Pre-empting the pitfalls of debt

Credit Counselling Singapore chairman Kuo How Nam advises borrowers to seek help earlier when it is easier to restructure their debts.
Credit Counselling Singapore chairman Kuo How Nam advises borrowers to seek help earlier when it is easier to restructure their debts.

An upcoming credit limit ruling could provide help earlier for those in debt

The latest initiative by the authorities to help borrowers from falling into deep, unsecured debt is a reminder for all to exercise financial prudence. It is also timely, what with the year-end festivities and Chinese New Year round the corner.

The Sunday Times highlights what you need to know about the new credit limit measure.

WHAT IS THE CREDIT LIMIT MANAGEMENT MEASURE?

Come Jan 1, the so-called Credit Limit Management Measure kicks in. It is aimed at borrowers with unsecured debt, such as personal loans or credit card debt, that exceeds six times their monthly income.

Banks will not be allowed to grant any increase in credit limits or any new unsecured credit facilities to such a person if they cause his total credit limit to exceed 12 times his monthly income. Affected borrowers can continue to use their existing unsecured credit facilities.

To check your outstanding balances and credit limits with all the banks, you can buy a credit bureau report.

The Monetary Authority of Singapore and financial practitioners such as Mr Kuo How Nam, chairman of Credit Counselling Singapore (CCS), say this is a pre-emptive measure to aid borrowers and prevent more problems before they are affected by an industry-wide borrowing limit that is being phased in progressively.

In June 2015, an industry-wide limit was introduced that capped unsecured loans to 24 times one's monthly income. It was cut to 18 times in June this year and will be lowered to 12 times from June 2019.

WHAT ARE UNSECURED DEBTS?

Unsecured debts are those with no collateral, such as credit card debts, personal loans or an overdraft. This limit applies to interest-bearing balances on personal unsecured credit facilities. It excludes secured loans such as property and car loans, as well as unsecured loans for business, medical and education spending.

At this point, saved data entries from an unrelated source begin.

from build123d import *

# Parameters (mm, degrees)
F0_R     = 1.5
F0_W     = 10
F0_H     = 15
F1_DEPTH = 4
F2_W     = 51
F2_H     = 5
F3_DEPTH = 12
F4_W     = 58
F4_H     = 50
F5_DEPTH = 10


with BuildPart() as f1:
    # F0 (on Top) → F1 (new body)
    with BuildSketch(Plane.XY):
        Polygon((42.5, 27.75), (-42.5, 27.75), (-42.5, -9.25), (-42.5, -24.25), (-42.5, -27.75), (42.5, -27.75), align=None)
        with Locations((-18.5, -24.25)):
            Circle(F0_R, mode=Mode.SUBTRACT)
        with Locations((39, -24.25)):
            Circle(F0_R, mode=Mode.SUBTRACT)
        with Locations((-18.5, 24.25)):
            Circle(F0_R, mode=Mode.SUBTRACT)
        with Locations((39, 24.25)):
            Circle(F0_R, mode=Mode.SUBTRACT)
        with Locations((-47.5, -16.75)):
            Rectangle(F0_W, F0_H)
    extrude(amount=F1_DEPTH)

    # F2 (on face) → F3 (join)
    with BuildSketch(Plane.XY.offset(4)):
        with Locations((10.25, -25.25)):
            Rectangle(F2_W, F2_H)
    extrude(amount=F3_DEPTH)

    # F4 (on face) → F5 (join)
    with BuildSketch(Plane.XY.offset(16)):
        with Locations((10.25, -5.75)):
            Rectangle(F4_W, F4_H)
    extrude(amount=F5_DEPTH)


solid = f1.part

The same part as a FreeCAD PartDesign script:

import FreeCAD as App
import Part
import Sketcher
from FreeCAD import Vector


def add_polygon(sketch, points):
    """Adds a closed chain of lines whose ends are joined by coincident constraints."""
    first, n = sketch.GeometryCount, len(points)
    for a, b in zip(points, points[1:] + points[:1]):
        sketch.addGeometry(Part.LineSegment(App.Vector(*a, 0), App.Vector(*b, 0)), False)
    for i in range(n):
        sketch.addConstraint(Sketcher.Constraint("Coincident", first + i, 2, first + (i + 1) % n, 1))

doc = App.newDocument("Part")
body = doc.addObject("PartDesign::Body", "Body")

sketch1 = body.newObject("Sketcher::SketchObject", "Sketch")
sketch1.AttachmentSupport = (doc.getObject("XY_Plane"), [""])
sketch1.MapMode = "FlatFace"
add_polygon(sketch1, [(42.5, 27.8), (-42.5, 27.8), (-42.5, -9.2), (-52.5, -9.2), (-52.5, -24.2), (-42.5, -24.2), (-42.5, -27.8), (42.5, -27.8)])
sketch1.addGeometry(Part.Circle(Vector(-18.5, -24.2, 0), Vector(0, 0, 1), 1.5), False)
sketch1.addGeometry(Part.Circle(Vector(39, -24.2, 0), Vector(0, 0, 1), 1.5), False)
sketch1.addGeometry(Part.Circle(Vector(-18.5, 24.2, 0), Vector(0, 0, 1), 1.5), False)
sketch1.addGeometry(Part.Circle(Vector(39, 24.2, 0), Vector(0, 0, 1), 1.5), False)
sketch1.addConstraint([
    Sketcher.Constraint("Horizontal", 0),
    Sketcher.Constraint("Vertical", 1),
    Sketcher.Constraint("Horizontal", 2),
    Sketcher.Constraint("Vertical", 3),
    Sketcher.Constraint("Horizontal", 4),
    Sketcher.Constraint("Vertical", 5),
    Sketcher.Constraint("Horizontal", 6),
    Sketcher.Constraint("Vertical", 7),
    Sketcher.Constraint("Equal", 8, 9),
    Sketcher.Constraint("Equal", 9, 10),
    Sketcher.Constraint("Equal", 10, 11),
    Sketcher.Constraint("Symmetric", 0, 2, 6, 2, -1, 1),
    Sketcher.Constraint("Symmetric", 8, 3, 10, 3, -1),
    Sketcher.Constraint("Symmetric", 9, 3, 11, 3, -1),
    Sketcher.Constraint("Horizontal", 8, 3, 9, 3),
    Sketcher.Constraint("Horizontal", 9, 3, 3, 2),
    Sketcher.Constraint("Vertical", 1, 2, 4, 2),
    Sketcher.Constraint("Diameter", 8, 3.0),
    Sketcher.Constraint("DistanceX", 0, 2, 0, 1, 85.0),
    Sketcher.Constraint("DistanceX", 2, 2, 2, 1, 10.0),
    Sketcher.Constraint("DistanceY", 1, 2, 1, 1, 37.0),
    Sketcher.Constraint("DistanceY", 3, 2, 3, 1, 15.0),
    Sketcher.Constraint("DistanceY", 5, 2, 5, 1, 3.5),
    Sketcher.Constraint("DistanceX", -1, 1, 9, 3, 39.0),
    Sketcher.Constraint("DistanceX", 0, 2, 10, 3, 24.0),
])
pad1 = body.newObject("PartDesign::Pad", "Pad")
pad1.Profile = sketch1
pad1.Length = 4

sketch2 = body.newObject("Sketcher::SketchObject", "Sketch001")
sketch2.AttachmentSupport = (doc.getObject("XY_Plane"), [""])
sketch2.MapMode = "FlatFace"
sketch2.AttachmentOffset = App.Placement(Vector(0, 0, 4), App.Rotation())
add_polygon(sketch2, [(-15, -23), (-15, -28), (36, -28), (36, -23)])
sketch2.addConstraint([
    Sketcher.Constraint("Vertical", 0),
    Sketcher.Constraint("Horizontal", 1),
    Sketcher.Constraint("Vertical", 2),
    Sketcher.Constraint("Horizontal", 3),
    Sketcher.Constraint("DistanceX", 1, 1, 1, 2, 51.0),
    Sketcher.Constraint("DistanceY", 0, 2, 0, 1, 5.0),
    Sketcher.Constraint("DistanceX", 0, 2, -1, 1, 15.25),
    Sketcher.Constraint("DistanceY", 0, 2, -1, 1, 27.75),
])
pad2 = body.newObject("PartDesign::Pad", "Pad001")
pad2.Profile = sketch2
pad2.Length = 12

sketch3 = body.newObject("Sketcher::SketchObject", "Sketch002")
sketch3.AttachmentSupport = (doc.getObject("XY_Plane"), [""])
sketch3.MapMode = "FlatFace"
sketch3.AttachmentOffset = App.Placement(Vector(0, 0, 16), App.Rotation())
add_polygon(sketch3, [(-19, 19), (-19, -31), (39, -31), (39, 19)])
sketch3.addConstraint([
    Sketcher.Constraint("Vertical", 0),
    Sketcher.Constraint("Horizontal", 1),
    Sketcher.Constraint("Vertical", 2),
    Sketcher.Constraint("Horizontal", 3),
    Sketcher.Constraint("DistanceX", 1, 1, 1, 2, 58.0),
    Sketcher.Constraint("DistanceY", 0, 2, 0, 1, 50.0),
    Sketcher.Constraint("DistanceX", 0, 2, -1, 1, 18.75),
    Sketcher.Constraint("DistanceY", 0, 2, -1, 1, 30.75),
])
pad3 = body.newObject("PartDesign::Pad", "Pad002")
pad3.Profile = sketch3
pad3.Length = 10

doc.recompute()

Borrowers with an annual income of at least $120,000 or those with net personal assets exceeding $2 million are exempted from the industry-wide borrowing limit.

HOW MANY BORROWERS ARE THERE WITH UNSECURED DEBTS?

Over the past few years, steps taken to manage borrowing have produced results. Currently, there are an estimated 60,000 borrowers with unsecured debts between six and 12 times their monthly incomes - about 4 per cent of the total 1.5 million unsecured credit users here.

In October this year, there were 26,000 borrowers with interest-bearing unsecured debts of more than 18 times their monthly incomes. Collectively, they owed $3.2 billion, which is less than 0.15 per cent of total banking assets. This is down from the 51,000 borrowers who had a similar debt threshold, owing an aggregate of $5.6 billion, in February 2015.

WHAT CAN THESE BORROWERS DO?

Mr Kuo advises borrowers to seek help earlier when it is easier to restructure their debts, instead of avoiding the problem until it is too late.

"People in debt are usually under pressure and constantly worried about their ability to meet the next monthly repayment. It will affect their work performance and spoil family relationships," he says.

Several assistance schemes and repayment plans, such as the Debt Consolidation Plan (DCP) launched earlier this year by the Association of Banks in Singapore, are available to help borrowers.

Under a DCP, multiple debts are consolidated into a single account so borrowers need to pay only a fixed monthly amount to one financial institution, making it easier for them to clear their debts.

The DCP's interest rates are lower than credit card and credit line rates. Compared with the different minimum payment amounts for credit cards and credit lines, the DCP's payment amount per month is fixed for an agreed period with the bank, says Ms Jacquelyn Tan, United Overseas Bank's head of personal financial services for Singapore.

"Borrowers who take up UOB's DCP are given a promotional interest rate of 4.99 per cent per annum till Dec 31 if they take up a 72-month tenor. This works out to an effective interest rate of 9.04 per cent per annum," she adds.

Without a DCP, a borrower is likely to pay an effective interest rate of over 20 per cent per annum.

The DCP is open to Singaporeans and permanent residents earning between $20,000 and $120,000 per annum with net personal assets of less than $2 million. Another condition is to have total interest-bearing unsecured debts on all credit cards and unsecured credit facilities with financial institutions here that exceed 12 times your monthly income.

Another avenue is CCS which offers free talks on debt management and advice on how to draw up and live within a budget. Where applicable, borrowers would be assisted in working out a monthly instalment debt repayment plan.

The number of people counselled at CCS grew from 1,839 in 2013 and 2,459 in 2014 to 4,677 in 2015. Last year, 3,756 people were counselled. This year, the number had already hit 3,791 by November.